- Opening Delimiter -

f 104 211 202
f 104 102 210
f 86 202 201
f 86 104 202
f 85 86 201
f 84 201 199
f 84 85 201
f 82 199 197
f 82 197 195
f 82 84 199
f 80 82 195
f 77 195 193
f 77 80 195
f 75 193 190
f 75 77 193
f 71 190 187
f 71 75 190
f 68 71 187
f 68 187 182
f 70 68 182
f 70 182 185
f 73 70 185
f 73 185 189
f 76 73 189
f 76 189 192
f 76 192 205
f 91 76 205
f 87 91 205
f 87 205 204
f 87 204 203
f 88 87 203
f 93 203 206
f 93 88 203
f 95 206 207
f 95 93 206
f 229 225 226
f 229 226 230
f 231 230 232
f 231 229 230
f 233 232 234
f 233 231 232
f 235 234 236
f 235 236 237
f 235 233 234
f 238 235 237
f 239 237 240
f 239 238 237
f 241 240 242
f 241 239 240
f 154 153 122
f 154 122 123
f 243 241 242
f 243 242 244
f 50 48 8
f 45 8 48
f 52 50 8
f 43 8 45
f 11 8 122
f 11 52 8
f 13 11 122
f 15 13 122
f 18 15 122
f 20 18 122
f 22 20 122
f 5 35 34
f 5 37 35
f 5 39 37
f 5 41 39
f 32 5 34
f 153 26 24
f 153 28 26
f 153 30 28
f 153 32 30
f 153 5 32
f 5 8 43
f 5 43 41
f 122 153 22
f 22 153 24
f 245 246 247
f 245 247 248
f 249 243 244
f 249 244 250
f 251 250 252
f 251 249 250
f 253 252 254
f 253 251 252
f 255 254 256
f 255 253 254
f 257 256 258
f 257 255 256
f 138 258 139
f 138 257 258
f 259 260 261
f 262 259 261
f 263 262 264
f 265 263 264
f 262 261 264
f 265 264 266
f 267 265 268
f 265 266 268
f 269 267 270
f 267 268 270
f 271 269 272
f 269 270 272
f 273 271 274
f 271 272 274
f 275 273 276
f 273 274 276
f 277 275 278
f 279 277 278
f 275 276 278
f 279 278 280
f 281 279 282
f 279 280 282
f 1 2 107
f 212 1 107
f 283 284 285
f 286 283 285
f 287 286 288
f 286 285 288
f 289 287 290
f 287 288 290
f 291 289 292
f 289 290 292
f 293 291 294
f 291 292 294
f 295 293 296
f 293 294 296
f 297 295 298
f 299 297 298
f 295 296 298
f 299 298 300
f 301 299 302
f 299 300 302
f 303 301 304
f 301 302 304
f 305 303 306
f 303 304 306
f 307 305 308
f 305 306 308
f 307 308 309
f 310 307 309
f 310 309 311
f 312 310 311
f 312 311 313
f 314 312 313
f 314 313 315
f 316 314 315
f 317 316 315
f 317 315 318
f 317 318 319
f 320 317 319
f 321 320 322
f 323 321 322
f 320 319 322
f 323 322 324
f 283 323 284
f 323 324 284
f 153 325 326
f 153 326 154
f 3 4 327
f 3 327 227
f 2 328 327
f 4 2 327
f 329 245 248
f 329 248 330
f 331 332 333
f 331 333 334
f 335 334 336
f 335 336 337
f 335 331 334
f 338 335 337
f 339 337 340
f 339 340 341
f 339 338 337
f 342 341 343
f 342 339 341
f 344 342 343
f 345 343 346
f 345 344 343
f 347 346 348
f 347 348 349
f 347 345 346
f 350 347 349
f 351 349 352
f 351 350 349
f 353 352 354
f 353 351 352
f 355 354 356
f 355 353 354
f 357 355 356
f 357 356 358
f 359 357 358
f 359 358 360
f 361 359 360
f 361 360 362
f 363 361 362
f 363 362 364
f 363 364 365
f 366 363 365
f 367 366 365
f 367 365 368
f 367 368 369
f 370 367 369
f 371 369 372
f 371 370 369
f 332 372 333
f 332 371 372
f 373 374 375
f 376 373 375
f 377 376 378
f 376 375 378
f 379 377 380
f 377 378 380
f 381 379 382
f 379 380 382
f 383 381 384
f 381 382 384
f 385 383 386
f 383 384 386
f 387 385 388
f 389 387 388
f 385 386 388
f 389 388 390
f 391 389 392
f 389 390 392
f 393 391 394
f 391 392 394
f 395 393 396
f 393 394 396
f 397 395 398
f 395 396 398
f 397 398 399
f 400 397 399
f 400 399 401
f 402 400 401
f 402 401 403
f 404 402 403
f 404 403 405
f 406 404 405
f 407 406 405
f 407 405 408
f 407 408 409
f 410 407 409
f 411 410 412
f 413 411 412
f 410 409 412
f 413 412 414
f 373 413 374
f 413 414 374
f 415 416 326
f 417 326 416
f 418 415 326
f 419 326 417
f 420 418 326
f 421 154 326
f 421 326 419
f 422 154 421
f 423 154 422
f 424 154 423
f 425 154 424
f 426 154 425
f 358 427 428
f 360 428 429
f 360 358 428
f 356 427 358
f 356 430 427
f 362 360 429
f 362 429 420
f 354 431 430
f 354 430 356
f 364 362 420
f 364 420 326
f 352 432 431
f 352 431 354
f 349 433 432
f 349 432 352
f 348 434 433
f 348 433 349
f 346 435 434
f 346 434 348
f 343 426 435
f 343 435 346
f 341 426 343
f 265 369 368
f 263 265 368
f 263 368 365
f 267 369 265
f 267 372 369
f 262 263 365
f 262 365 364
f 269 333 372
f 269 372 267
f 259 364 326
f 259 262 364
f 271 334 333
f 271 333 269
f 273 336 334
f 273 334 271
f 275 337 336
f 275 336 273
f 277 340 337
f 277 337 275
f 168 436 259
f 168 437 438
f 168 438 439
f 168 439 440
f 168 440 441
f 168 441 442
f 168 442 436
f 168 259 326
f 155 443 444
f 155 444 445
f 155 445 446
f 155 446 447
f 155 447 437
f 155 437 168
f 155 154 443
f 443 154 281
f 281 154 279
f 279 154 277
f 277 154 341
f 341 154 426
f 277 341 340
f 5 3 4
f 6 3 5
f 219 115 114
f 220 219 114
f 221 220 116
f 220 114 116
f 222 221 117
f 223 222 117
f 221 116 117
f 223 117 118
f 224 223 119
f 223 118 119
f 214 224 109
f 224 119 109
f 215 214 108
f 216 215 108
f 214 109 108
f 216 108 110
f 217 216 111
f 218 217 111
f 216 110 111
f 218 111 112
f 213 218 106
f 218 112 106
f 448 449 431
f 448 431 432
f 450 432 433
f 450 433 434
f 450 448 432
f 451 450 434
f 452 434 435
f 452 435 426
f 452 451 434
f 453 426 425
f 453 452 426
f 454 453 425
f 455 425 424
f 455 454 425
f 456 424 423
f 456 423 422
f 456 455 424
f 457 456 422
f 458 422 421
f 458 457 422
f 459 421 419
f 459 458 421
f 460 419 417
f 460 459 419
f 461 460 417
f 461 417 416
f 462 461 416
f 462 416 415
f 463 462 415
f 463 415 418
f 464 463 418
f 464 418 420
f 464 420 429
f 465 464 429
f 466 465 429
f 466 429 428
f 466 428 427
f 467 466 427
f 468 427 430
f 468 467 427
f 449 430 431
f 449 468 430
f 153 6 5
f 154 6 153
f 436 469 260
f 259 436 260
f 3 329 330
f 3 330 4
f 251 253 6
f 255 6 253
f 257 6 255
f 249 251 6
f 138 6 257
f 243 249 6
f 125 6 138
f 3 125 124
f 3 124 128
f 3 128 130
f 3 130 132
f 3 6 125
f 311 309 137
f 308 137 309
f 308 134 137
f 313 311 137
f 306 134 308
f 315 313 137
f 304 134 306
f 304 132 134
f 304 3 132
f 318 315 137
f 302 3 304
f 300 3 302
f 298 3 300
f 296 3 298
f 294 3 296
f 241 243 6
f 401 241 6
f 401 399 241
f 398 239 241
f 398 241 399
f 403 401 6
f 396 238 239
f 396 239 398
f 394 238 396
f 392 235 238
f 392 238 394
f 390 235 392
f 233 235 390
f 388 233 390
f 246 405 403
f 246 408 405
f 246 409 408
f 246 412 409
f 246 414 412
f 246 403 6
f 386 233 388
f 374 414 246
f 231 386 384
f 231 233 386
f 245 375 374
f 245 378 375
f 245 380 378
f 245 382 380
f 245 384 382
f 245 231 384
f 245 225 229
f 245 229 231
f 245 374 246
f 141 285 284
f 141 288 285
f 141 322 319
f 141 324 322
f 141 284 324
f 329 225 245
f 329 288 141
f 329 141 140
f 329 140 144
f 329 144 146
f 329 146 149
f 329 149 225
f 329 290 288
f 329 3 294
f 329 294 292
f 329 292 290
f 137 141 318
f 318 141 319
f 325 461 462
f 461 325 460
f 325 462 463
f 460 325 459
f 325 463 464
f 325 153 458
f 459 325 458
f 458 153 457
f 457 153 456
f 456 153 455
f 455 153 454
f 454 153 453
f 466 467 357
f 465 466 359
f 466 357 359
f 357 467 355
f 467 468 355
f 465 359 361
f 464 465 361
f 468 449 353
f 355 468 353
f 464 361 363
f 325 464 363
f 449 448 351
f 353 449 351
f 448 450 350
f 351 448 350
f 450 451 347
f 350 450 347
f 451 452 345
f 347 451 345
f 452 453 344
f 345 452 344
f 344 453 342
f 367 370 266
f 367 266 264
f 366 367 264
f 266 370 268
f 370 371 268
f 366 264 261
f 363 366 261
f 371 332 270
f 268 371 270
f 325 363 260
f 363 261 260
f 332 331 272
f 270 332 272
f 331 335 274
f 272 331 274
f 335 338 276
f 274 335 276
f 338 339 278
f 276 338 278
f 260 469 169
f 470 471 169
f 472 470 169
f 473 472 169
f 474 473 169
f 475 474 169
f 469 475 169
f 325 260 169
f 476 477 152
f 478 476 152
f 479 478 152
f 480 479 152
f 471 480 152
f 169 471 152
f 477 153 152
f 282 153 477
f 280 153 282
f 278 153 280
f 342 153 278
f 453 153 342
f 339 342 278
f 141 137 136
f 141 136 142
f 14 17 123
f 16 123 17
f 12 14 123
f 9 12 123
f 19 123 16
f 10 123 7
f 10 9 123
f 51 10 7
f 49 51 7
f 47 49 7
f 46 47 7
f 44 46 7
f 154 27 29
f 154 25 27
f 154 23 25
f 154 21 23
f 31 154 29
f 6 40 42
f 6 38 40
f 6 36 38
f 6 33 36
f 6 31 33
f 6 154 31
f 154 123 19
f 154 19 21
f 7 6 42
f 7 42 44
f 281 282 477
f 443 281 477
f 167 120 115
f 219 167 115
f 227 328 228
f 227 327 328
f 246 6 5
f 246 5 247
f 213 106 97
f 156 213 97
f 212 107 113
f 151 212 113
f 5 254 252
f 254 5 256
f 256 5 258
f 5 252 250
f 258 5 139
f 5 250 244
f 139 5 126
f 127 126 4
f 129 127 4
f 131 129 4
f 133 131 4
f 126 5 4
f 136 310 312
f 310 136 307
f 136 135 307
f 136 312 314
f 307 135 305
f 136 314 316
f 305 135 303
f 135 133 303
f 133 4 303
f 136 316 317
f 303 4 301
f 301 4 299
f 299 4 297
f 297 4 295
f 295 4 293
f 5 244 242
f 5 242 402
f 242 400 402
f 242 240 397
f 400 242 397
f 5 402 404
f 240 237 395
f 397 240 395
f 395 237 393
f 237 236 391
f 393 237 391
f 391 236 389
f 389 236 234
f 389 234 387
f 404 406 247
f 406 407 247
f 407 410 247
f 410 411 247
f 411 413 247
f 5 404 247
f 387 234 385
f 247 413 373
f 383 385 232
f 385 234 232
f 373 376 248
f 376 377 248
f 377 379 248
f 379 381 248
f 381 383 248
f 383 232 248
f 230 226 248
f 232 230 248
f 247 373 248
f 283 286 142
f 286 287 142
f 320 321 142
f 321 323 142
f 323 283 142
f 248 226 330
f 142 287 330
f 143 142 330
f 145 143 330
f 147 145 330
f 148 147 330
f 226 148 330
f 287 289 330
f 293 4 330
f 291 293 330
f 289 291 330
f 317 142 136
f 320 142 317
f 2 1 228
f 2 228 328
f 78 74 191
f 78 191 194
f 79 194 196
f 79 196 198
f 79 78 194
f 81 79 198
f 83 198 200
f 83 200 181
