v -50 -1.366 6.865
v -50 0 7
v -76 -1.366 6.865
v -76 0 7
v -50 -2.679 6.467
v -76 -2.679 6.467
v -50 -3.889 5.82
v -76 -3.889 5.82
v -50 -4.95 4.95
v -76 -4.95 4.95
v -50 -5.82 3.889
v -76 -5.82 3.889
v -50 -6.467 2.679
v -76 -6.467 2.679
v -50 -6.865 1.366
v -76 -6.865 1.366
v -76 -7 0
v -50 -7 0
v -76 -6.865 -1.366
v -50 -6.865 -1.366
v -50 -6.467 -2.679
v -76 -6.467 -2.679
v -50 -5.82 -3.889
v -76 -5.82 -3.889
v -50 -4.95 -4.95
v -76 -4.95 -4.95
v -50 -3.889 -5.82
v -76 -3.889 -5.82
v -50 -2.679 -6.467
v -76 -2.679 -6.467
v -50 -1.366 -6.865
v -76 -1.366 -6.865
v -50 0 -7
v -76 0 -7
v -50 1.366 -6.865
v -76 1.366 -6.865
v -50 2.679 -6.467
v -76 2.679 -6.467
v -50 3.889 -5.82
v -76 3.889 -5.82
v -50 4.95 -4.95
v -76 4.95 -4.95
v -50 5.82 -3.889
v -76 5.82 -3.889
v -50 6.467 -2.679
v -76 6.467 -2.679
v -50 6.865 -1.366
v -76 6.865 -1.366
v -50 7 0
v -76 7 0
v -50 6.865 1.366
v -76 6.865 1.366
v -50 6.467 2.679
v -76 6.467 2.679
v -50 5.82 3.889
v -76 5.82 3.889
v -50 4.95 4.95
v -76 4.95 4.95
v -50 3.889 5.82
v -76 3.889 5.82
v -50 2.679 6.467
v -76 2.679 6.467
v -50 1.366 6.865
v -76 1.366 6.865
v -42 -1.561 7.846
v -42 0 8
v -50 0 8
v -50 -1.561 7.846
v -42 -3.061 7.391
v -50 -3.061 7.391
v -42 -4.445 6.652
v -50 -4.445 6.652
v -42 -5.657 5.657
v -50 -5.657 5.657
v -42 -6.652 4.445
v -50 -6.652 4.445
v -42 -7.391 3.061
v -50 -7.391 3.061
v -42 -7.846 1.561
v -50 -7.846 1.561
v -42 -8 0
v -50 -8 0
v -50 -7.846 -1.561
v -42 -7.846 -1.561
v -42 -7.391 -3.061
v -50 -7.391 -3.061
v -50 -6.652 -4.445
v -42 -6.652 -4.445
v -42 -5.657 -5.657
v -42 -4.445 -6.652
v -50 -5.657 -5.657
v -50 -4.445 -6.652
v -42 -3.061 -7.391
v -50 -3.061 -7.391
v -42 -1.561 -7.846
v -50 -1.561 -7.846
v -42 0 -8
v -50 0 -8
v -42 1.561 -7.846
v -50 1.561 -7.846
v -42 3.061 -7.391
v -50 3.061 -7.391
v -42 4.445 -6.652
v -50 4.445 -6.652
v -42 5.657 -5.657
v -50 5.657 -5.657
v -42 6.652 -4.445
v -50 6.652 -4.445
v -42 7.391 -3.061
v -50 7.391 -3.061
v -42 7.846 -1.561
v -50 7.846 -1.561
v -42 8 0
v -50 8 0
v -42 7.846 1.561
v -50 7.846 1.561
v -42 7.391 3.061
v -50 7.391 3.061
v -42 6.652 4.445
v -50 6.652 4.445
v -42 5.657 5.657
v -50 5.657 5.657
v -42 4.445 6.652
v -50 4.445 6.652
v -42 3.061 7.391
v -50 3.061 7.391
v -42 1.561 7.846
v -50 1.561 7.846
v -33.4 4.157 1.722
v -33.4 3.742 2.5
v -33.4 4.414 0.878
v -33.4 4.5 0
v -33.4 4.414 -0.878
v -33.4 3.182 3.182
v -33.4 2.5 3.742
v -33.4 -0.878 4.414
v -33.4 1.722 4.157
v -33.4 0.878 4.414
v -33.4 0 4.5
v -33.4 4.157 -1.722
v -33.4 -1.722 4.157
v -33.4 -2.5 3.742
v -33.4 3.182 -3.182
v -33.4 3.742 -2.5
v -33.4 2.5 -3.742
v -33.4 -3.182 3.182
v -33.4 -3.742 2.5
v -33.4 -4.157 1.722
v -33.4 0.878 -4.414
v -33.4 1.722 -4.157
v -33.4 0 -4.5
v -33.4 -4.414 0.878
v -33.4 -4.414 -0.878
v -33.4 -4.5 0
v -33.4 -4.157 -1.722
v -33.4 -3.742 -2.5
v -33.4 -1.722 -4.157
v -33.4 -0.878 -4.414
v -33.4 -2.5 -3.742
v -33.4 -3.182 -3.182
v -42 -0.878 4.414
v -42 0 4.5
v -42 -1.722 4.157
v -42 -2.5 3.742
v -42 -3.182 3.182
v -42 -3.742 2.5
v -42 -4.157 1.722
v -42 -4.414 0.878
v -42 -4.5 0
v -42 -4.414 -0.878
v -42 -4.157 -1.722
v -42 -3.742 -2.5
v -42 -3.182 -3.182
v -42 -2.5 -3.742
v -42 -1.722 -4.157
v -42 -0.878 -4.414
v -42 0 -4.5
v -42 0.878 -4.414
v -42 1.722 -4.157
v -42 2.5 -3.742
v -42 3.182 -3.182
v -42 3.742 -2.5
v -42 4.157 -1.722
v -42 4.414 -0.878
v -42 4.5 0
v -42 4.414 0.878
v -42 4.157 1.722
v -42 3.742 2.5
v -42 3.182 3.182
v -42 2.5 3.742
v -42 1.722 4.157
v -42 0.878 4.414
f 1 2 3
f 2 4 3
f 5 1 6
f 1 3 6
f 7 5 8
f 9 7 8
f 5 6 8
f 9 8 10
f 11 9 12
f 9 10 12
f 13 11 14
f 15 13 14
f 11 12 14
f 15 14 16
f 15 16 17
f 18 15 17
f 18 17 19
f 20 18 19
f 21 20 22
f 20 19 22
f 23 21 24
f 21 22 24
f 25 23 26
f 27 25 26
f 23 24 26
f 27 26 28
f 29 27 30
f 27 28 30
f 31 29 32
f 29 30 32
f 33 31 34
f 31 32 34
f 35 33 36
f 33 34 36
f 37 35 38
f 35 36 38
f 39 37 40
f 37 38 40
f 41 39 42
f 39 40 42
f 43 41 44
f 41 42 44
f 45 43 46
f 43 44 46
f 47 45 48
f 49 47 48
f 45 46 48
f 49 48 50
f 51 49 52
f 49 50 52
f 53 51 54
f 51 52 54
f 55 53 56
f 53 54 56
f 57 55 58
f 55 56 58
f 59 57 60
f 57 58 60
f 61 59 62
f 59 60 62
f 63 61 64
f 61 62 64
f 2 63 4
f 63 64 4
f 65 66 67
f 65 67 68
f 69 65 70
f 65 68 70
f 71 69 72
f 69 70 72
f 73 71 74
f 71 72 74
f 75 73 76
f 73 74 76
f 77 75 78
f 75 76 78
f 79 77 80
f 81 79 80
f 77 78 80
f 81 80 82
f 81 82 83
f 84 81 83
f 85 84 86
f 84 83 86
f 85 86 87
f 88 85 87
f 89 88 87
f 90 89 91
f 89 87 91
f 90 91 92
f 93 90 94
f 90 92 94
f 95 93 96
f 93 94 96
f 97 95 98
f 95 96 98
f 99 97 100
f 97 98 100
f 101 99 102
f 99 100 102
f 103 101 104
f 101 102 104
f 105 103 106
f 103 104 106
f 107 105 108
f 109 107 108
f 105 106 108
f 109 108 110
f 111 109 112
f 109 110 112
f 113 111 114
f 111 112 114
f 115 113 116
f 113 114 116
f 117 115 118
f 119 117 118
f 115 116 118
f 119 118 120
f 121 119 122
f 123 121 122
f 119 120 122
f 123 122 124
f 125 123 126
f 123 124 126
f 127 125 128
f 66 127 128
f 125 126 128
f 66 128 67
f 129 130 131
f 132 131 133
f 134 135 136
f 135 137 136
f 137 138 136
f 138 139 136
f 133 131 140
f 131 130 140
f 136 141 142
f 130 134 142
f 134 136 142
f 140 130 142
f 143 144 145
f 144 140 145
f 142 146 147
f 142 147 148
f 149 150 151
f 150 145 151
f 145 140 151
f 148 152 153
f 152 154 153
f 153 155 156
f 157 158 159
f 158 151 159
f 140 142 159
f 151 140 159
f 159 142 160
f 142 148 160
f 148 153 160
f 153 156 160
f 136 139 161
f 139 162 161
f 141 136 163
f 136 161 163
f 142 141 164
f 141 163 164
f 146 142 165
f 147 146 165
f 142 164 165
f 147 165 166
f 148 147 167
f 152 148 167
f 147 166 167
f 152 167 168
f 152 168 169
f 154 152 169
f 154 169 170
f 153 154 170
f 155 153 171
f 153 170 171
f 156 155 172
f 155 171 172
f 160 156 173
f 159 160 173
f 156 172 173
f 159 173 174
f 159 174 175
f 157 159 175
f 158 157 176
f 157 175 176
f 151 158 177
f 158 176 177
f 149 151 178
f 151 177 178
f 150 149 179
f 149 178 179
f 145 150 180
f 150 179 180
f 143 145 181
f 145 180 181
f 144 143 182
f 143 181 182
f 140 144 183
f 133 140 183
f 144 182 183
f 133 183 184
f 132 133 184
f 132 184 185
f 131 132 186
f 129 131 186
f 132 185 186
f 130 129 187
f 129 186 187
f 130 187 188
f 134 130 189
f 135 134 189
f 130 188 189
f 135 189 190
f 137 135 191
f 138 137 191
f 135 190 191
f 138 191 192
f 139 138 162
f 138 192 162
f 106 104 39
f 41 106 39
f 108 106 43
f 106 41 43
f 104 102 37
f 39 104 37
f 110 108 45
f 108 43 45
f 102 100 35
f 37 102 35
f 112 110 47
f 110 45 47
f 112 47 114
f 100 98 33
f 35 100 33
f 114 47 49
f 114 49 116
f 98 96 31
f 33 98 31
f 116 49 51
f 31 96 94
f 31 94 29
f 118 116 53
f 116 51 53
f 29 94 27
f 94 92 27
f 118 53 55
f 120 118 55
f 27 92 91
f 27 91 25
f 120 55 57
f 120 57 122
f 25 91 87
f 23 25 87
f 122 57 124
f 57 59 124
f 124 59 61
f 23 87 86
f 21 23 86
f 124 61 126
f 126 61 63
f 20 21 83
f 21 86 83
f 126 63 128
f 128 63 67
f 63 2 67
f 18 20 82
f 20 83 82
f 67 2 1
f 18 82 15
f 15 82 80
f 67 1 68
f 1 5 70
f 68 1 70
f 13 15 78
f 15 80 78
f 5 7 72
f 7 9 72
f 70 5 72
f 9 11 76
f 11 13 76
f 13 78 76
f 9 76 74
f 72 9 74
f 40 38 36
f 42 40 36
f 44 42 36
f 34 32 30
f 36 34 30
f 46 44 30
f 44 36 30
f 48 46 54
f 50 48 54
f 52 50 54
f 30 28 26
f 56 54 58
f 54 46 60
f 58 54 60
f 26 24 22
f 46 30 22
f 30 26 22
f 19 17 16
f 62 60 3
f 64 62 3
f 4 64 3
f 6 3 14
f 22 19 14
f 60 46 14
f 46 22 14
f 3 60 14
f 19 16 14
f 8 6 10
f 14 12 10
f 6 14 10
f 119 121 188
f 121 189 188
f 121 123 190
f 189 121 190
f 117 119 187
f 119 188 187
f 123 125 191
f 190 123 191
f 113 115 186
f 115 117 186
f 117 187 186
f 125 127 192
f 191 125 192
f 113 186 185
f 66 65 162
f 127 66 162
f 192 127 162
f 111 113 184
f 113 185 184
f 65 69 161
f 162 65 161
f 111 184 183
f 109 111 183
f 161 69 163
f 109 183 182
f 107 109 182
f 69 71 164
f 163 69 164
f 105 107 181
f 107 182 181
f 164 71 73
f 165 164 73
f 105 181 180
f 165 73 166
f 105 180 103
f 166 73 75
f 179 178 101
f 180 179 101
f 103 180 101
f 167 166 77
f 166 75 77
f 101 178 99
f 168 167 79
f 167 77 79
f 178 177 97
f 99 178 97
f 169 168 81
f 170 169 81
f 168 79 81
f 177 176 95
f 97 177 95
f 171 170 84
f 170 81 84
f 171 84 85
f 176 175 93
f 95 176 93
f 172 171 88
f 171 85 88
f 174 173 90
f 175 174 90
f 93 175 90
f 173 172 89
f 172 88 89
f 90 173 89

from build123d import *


with BuildPart() as part:
    # Torch_Plug Sketch → Torch_Plug (revolve)
    with BuildSketch(Plane.XY):
        Polygon((-33.4, 0), (-33.4, 4.5), (-42, 4.5), (-42, 8), (-50, 8), (-50, 7), (-76, 7), (-76, 0), align=None)
    revolve(axis=Axis((-300, 0, 0), (1, 0, 0)))


solid = part.part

- Closing Delimiter -

## TASK STATEMENT:
Wherever the line holding "f 141 285 284" falls in the entries above, copy exactly from it through the line holding "f 344 453 342", inclusive, and add nothing.

## ANSWER TO THE EXERCISE:
f 141 285 284
f 141 288 285
f 141 322 319
f 141 324 322
f 141 284 324
f 329 225 245
f 329 288 141
f 329 141 140
f 329 140 144
f 329 144 146
f 329 146 149
f 329 149 225
f 329 290 288
f 329 3 294
f 329 294 292
f 329 292 290
f 137 141 318
f 318 141 319
f 325 461 462
f 461 325 460
f 325 462 463
f 460 325 459
f 325 463 464
f 325 153 458
f 459 325 458
f 458 153 457
f 457 153 456
f 456 153 455
f 455 153 454
f 454 153 453
f 466 467 357
f 465 466 359
f 466 357 359
f 357 467 355
f 467 468 355
f 465 359 361
f 464 465 361
f 468 449 353
f 355 468 353
f 464 361 363
f 325 464 363
f 449 448 351
f 353 449 351
f 448 450 350
f 351 448 350
f 450 451 347
f 350 450 347
f 451 452 345
f 347 451 345
f 452 453 344
f 345 452 344
f 344 453 342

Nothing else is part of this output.